- Problem requirements
Starting with the line that contains "f 107 176 175" and stopping after the line that contains "f 184 79 196", return each line below exactly as written, with no others.

(Stored data)

___

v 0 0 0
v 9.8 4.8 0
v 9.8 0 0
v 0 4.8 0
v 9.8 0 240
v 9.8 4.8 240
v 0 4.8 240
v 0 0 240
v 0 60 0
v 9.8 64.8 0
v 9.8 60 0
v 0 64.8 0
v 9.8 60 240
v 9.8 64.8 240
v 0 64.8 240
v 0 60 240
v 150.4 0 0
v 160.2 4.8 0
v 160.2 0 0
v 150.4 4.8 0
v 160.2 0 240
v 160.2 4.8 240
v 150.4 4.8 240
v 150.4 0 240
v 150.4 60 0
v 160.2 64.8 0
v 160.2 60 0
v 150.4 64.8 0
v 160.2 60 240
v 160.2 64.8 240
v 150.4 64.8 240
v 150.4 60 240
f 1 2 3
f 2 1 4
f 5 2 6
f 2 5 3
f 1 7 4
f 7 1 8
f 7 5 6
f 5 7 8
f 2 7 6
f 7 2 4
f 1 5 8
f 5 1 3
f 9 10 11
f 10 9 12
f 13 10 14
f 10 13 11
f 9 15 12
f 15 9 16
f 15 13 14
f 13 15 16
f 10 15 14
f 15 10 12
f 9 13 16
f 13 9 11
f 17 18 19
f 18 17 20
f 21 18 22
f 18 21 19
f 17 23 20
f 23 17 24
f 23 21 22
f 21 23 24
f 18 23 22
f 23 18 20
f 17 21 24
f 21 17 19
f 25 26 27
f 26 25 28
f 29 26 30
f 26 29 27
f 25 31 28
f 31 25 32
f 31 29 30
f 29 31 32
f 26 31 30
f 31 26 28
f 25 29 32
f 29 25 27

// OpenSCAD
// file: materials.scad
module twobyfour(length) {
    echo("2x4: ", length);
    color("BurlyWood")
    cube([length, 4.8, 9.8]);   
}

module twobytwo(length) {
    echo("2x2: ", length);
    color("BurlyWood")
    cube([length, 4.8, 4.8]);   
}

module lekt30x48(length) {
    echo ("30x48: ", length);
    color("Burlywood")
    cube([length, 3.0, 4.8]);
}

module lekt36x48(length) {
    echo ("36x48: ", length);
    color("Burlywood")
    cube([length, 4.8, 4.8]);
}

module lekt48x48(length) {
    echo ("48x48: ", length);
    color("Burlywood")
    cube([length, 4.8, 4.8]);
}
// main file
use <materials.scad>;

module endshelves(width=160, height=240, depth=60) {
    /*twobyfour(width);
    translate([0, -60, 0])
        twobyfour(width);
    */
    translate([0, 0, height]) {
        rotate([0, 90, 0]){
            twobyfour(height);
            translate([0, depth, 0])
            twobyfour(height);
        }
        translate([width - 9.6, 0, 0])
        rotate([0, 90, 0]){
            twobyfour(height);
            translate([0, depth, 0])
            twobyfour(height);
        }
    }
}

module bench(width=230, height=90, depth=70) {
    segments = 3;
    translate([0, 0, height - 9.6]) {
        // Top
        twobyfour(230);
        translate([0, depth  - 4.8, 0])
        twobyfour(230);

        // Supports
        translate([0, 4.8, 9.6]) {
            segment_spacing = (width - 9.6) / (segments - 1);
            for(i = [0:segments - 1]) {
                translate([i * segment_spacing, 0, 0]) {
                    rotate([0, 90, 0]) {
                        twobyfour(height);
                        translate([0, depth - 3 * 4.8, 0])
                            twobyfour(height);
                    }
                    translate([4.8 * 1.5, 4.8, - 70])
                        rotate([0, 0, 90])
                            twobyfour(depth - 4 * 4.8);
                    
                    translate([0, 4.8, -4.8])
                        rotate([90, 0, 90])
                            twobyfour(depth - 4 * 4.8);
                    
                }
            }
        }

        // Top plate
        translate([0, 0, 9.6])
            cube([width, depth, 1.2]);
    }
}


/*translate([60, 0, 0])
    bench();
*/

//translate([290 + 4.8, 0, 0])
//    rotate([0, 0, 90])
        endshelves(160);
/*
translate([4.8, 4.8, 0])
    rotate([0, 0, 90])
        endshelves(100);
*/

___

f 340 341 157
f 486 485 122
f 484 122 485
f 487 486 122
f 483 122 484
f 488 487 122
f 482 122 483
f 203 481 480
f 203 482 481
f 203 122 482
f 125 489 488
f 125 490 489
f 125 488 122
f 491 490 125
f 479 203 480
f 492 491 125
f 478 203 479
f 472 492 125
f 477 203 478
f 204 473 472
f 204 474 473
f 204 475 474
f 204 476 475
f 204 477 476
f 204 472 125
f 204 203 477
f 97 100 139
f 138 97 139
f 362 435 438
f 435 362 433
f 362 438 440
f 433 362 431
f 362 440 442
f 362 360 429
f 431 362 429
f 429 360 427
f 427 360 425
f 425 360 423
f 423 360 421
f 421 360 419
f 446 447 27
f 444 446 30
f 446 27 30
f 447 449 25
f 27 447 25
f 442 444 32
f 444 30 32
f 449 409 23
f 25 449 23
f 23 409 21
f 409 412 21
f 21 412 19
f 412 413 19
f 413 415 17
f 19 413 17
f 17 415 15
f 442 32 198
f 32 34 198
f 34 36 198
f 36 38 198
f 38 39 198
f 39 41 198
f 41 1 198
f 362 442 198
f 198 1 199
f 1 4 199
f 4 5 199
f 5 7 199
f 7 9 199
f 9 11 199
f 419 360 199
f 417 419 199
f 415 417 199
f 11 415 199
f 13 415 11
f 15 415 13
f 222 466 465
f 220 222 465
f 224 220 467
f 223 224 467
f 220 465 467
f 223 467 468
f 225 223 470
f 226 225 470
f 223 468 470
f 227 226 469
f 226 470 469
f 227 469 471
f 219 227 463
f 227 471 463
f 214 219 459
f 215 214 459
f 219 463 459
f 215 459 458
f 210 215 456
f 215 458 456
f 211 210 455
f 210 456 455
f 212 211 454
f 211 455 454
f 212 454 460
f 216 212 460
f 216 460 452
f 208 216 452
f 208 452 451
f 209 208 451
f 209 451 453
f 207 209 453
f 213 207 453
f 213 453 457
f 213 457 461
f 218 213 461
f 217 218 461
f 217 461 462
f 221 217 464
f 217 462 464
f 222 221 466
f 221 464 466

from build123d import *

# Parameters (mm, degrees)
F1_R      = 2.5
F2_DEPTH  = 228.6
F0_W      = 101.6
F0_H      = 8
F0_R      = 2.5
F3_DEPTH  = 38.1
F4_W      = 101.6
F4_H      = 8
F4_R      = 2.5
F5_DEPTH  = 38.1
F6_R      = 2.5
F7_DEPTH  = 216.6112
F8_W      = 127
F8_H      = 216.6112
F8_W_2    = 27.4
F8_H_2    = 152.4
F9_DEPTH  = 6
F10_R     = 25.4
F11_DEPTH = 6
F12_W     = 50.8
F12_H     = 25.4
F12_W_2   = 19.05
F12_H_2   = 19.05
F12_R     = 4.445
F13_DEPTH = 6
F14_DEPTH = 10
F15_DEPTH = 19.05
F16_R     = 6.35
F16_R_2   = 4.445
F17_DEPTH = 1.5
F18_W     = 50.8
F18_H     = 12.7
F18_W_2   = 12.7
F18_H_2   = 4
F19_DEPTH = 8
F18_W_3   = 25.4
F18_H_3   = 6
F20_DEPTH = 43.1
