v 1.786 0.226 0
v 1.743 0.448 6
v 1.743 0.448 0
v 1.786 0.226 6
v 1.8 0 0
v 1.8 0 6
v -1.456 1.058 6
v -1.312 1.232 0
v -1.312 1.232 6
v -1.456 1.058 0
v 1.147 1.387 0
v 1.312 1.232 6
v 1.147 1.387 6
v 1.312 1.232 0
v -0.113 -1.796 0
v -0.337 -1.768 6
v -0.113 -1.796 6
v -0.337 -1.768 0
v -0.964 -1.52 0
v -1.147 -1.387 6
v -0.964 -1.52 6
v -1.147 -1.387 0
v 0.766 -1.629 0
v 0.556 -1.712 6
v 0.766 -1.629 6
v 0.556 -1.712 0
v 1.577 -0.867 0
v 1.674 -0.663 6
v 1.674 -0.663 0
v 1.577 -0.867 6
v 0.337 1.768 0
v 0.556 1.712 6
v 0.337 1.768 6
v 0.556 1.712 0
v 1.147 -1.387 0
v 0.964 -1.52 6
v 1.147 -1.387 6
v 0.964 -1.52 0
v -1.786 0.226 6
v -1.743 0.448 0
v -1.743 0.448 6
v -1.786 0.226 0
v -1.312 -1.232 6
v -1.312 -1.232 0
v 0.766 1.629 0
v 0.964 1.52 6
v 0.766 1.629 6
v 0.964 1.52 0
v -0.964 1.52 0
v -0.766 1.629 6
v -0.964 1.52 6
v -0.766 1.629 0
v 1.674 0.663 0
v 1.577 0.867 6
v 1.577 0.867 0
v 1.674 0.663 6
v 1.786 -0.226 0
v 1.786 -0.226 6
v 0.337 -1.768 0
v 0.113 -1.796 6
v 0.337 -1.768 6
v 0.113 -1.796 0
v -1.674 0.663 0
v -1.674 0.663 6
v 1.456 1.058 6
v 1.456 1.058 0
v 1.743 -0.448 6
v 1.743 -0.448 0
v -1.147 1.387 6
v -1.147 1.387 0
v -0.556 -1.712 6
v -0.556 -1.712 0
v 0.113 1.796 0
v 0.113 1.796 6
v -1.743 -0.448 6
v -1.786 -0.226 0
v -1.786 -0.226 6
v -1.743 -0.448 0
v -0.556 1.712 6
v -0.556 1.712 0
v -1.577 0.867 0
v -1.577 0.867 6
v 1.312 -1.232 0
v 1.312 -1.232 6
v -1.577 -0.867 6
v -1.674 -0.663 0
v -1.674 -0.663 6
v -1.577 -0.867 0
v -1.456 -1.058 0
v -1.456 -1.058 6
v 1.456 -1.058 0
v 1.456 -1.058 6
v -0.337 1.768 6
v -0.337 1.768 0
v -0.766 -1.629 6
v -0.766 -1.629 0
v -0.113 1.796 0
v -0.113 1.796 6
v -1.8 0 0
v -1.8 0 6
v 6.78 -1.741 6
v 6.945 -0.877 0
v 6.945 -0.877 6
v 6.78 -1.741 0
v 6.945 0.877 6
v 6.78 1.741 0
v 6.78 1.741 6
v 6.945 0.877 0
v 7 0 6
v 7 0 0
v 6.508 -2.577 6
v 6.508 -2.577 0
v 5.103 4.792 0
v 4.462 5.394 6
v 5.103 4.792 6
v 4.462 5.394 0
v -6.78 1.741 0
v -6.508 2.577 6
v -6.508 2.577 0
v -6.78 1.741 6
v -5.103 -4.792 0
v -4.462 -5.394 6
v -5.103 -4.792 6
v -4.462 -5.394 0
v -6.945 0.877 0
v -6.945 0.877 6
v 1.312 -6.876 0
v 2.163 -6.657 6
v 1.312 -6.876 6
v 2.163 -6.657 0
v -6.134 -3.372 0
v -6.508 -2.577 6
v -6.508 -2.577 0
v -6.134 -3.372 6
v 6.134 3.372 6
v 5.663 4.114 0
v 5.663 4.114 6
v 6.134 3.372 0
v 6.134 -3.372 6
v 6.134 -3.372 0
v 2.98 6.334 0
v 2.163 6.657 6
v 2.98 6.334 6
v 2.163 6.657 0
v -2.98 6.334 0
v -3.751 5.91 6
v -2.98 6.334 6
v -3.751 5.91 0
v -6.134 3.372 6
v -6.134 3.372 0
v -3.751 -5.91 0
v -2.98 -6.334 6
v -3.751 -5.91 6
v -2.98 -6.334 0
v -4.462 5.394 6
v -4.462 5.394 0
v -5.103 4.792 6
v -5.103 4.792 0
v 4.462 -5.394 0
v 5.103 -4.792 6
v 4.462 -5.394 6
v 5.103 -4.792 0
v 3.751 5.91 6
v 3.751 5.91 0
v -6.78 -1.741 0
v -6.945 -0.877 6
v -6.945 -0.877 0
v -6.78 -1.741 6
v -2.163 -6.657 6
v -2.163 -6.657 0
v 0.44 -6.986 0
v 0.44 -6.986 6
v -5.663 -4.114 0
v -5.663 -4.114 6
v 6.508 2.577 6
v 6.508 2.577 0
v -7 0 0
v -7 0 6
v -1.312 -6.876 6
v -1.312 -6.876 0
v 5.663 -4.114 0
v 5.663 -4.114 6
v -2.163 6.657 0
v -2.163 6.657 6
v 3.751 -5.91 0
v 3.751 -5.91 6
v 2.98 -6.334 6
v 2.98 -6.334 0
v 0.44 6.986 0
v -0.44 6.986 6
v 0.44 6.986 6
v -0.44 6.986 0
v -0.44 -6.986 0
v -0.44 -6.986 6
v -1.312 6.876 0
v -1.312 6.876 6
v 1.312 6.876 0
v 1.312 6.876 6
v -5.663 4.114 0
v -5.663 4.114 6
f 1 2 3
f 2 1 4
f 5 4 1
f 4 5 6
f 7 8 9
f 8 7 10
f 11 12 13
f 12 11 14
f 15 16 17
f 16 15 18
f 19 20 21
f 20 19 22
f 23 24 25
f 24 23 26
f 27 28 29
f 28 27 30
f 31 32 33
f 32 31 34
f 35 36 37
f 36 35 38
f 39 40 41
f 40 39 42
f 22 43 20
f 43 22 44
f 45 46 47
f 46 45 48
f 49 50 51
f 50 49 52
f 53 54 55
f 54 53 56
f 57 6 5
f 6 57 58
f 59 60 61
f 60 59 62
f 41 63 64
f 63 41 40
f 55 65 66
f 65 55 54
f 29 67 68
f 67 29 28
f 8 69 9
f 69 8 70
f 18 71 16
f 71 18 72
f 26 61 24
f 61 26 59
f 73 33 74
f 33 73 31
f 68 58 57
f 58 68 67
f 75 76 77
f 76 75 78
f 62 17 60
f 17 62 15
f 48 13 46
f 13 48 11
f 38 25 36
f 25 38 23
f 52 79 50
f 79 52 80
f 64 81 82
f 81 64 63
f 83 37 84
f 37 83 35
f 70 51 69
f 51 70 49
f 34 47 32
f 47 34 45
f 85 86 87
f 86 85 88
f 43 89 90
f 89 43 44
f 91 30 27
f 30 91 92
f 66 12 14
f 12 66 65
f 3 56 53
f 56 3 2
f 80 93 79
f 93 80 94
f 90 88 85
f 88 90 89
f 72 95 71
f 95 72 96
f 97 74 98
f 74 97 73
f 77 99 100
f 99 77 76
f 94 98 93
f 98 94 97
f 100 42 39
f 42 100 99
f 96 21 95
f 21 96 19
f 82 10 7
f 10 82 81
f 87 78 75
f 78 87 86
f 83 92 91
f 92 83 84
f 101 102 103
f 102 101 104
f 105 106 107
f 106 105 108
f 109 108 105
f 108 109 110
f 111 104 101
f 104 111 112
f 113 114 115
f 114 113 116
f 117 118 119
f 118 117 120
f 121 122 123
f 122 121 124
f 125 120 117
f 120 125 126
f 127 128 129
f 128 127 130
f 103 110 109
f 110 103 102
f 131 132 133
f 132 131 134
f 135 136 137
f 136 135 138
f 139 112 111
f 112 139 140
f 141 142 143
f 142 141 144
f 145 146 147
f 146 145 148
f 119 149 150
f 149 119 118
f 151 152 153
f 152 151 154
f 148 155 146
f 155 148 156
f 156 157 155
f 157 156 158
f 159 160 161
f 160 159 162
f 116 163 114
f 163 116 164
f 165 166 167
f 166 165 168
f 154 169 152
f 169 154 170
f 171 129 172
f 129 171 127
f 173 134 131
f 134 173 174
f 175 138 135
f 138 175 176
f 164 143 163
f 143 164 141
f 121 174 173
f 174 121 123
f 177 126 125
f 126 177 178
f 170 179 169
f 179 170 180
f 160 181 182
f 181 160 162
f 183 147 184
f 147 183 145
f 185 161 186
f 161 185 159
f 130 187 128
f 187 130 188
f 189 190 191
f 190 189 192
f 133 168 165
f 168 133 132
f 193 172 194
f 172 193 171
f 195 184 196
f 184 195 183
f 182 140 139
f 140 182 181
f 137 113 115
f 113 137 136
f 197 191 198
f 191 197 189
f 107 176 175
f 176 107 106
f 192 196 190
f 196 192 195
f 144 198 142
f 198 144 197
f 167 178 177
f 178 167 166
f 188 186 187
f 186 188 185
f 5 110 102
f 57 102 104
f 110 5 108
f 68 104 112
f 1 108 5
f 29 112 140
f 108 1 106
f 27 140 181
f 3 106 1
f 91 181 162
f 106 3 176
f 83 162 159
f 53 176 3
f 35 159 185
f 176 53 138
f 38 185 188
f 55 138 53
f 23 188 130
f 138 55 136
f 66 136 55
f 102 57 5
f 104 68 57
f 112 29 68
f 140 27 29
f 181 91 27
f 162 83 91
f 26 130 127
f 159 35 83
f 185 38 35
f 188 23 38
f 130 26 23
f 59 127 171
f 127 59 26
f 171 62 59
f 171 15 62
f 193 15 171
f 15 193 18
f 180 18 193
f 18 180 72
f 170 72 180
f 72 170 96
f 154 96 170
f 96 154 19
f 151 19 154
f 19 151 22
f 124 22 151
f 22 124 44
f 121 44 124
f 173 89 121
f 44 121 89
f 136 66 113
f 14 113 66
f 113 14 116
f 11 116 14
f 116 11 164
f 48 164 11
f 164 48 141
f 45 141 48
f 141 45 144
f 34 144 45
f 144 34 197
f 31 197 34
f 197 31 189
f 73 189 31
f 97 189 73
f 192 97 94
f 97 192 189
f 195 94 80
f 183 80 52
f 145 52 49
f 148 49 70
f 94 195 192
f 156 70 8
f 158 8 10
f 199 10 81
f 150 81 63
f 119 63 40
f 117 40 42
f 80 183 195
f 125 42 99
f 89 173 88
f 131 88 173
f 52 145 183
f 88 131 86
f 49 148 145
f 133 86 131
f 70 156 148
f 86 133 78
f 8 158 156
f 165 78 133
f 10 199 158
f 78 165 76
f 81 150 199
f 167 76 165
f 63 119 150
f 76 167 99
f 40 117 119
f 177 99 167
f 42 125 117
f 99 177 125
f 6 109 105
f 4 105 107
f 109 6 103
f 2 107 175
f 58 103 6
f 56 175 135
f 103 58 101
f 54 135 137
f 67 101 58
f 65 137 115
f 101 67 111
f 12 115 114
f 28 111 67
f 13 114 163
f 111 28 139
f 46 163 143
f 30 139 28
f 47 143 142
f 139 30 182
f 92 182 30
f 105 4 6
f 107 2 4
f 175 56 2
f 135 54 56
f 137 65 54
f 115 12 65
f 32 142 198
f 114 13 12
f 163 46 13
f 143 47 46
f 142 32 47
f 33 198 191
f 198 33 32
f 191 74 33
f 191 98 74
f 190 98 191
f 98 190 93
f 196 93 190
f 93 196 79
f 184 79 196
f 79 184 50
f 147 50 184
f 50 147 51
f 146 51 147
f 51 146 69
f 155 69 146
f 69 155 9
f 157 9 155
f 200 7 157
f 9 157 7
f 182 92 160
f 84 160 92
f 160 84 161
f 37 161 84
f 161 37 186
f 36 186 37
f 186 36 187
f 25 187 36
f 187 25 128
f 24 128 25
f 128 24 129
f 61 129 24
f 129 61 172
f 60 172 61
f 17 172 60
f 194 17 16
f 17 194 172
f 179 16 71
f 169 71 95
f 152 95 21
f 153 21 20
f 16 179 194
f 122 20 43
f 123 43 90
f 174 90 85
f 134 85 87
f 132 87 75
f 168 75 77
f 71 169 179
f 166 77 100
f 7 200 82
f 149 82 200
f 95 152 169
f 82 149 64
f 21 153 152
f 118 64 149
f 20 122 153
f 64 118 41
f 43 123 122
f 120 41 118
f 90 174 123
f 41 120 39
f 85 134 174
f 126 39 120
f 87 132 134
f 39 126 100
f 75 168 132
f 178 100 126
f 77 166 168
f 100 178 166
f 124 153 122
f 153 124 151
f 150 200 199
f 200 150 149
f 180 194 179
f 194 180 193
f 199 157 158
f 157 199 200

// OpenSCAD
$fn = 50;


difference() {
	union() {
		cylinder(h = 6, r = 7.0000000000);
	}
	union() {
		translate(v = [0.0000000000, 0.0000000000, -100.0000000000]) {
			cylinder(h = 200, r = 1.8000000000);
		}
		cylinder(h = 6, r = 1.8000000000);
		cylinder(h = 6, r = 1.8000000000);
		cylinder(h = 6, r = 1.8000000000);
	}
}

___

- The completed task
f 107 176 175
f 176 107 106
f 192 196 190
f 196 192 195
f 144 198 142
f 198 144 197
f 167 178 177
f 178 167 166
f 188 186 187
f 186 188 185
f 5 110 102
f 57 102 104
f 110 5 108
f 68 104 112
f 1 108 5
f 29 112 140
f 108 1 106
f 27 140 181
f 3 106 1
f 91 181 162
f 106 3 176
f 83 162 159
f 53 176 3
f 35 159 185
f 176 53 138
f 38 185 188
f 55 138 53
f 23 188 130
f 138 55 136
f 66 136 55
f 102 57 5
f 104 68 57
f 112 29 68
f 140 27 29
f 181 91 27
f 162 83 91
f 26 130 127
f 159 35 83
f 185 38 35
f 188 23 38
f 130 26 23
f 59 127 171
f 127 59 26
f 171 62 59
f 171 15 62
f 193 15 171
f 15 193 18
f 180 18 193
f 18 180 72
f 170 72 180
f 72 170 96
f 154 96 170
f 96 154 19
f 151 19 154
f 19 151 22
f 124 22 151
f 22 124 44
f 121 44 124
f 173 89 121
f 44 121 89
f 136 66 113
f 14 113 66
f 113 14 116
f 11 116 14
f 116 11 164
f 48 164 11
f 164 48 141
f 45 141 48
f 141 45 144
f 34 144 45
f 144 34 197
f 31 197 34
f 197 31 189
f 73 189 31
f 97 189 73
f 192 97 94
f 97 192 189
f 195 94 80
f 183 80 52
f 145 52 49
f 148 49 70
f 94 195 192
f 156 70 8
f 158 8 10
f 199 10 81
f 150 81 63
f 119 63 40
f 117 40 42
f 80 183 195
f 125 42 99
f 89 173 88
f 131 88 173
f 52 145 183
f 88 131 86
f 49 148 145
f 133 86 131
f 70 156 148
f 86 133 78
f 8 158 156
f 165 78 133
f 10 199 158
f 78 165 76
f 81 150 199
f 167 76 165
f 63 119 150
f 76 167 99
f 40 117 119
f 177 99 167
f 42 125 117
f 99 177 125
f 6 109 105
f 4 105 107
f 109 6 103
f 2 107 175
f 58 103 6
f 56 175 135
f 103 58 101
f 54 135 137
f 67 101 58
f 65 137 115
f 101 67 111
f 12 115 114
f 28 111 67
f 13 114 163
f 111 28 139
f 46 163 143
f 30 139 28
f 47 143 142
f 139 30 182
f 92 182 30
f 105 4 6
f 107 2 4
f 175 56 2
f 135 54 56
f 137 65 54
f 115 12 65
f 32 142 198
f 114 13 12
f 163 46 13
f 143 47 46
f 142 32 47
f 33 198 191
f 198 33 32
f 191 74 33
f 191 98 74
f 190 98 191
f 98 190 93
f 196 93 190
f 93 196 79
f 184 79 196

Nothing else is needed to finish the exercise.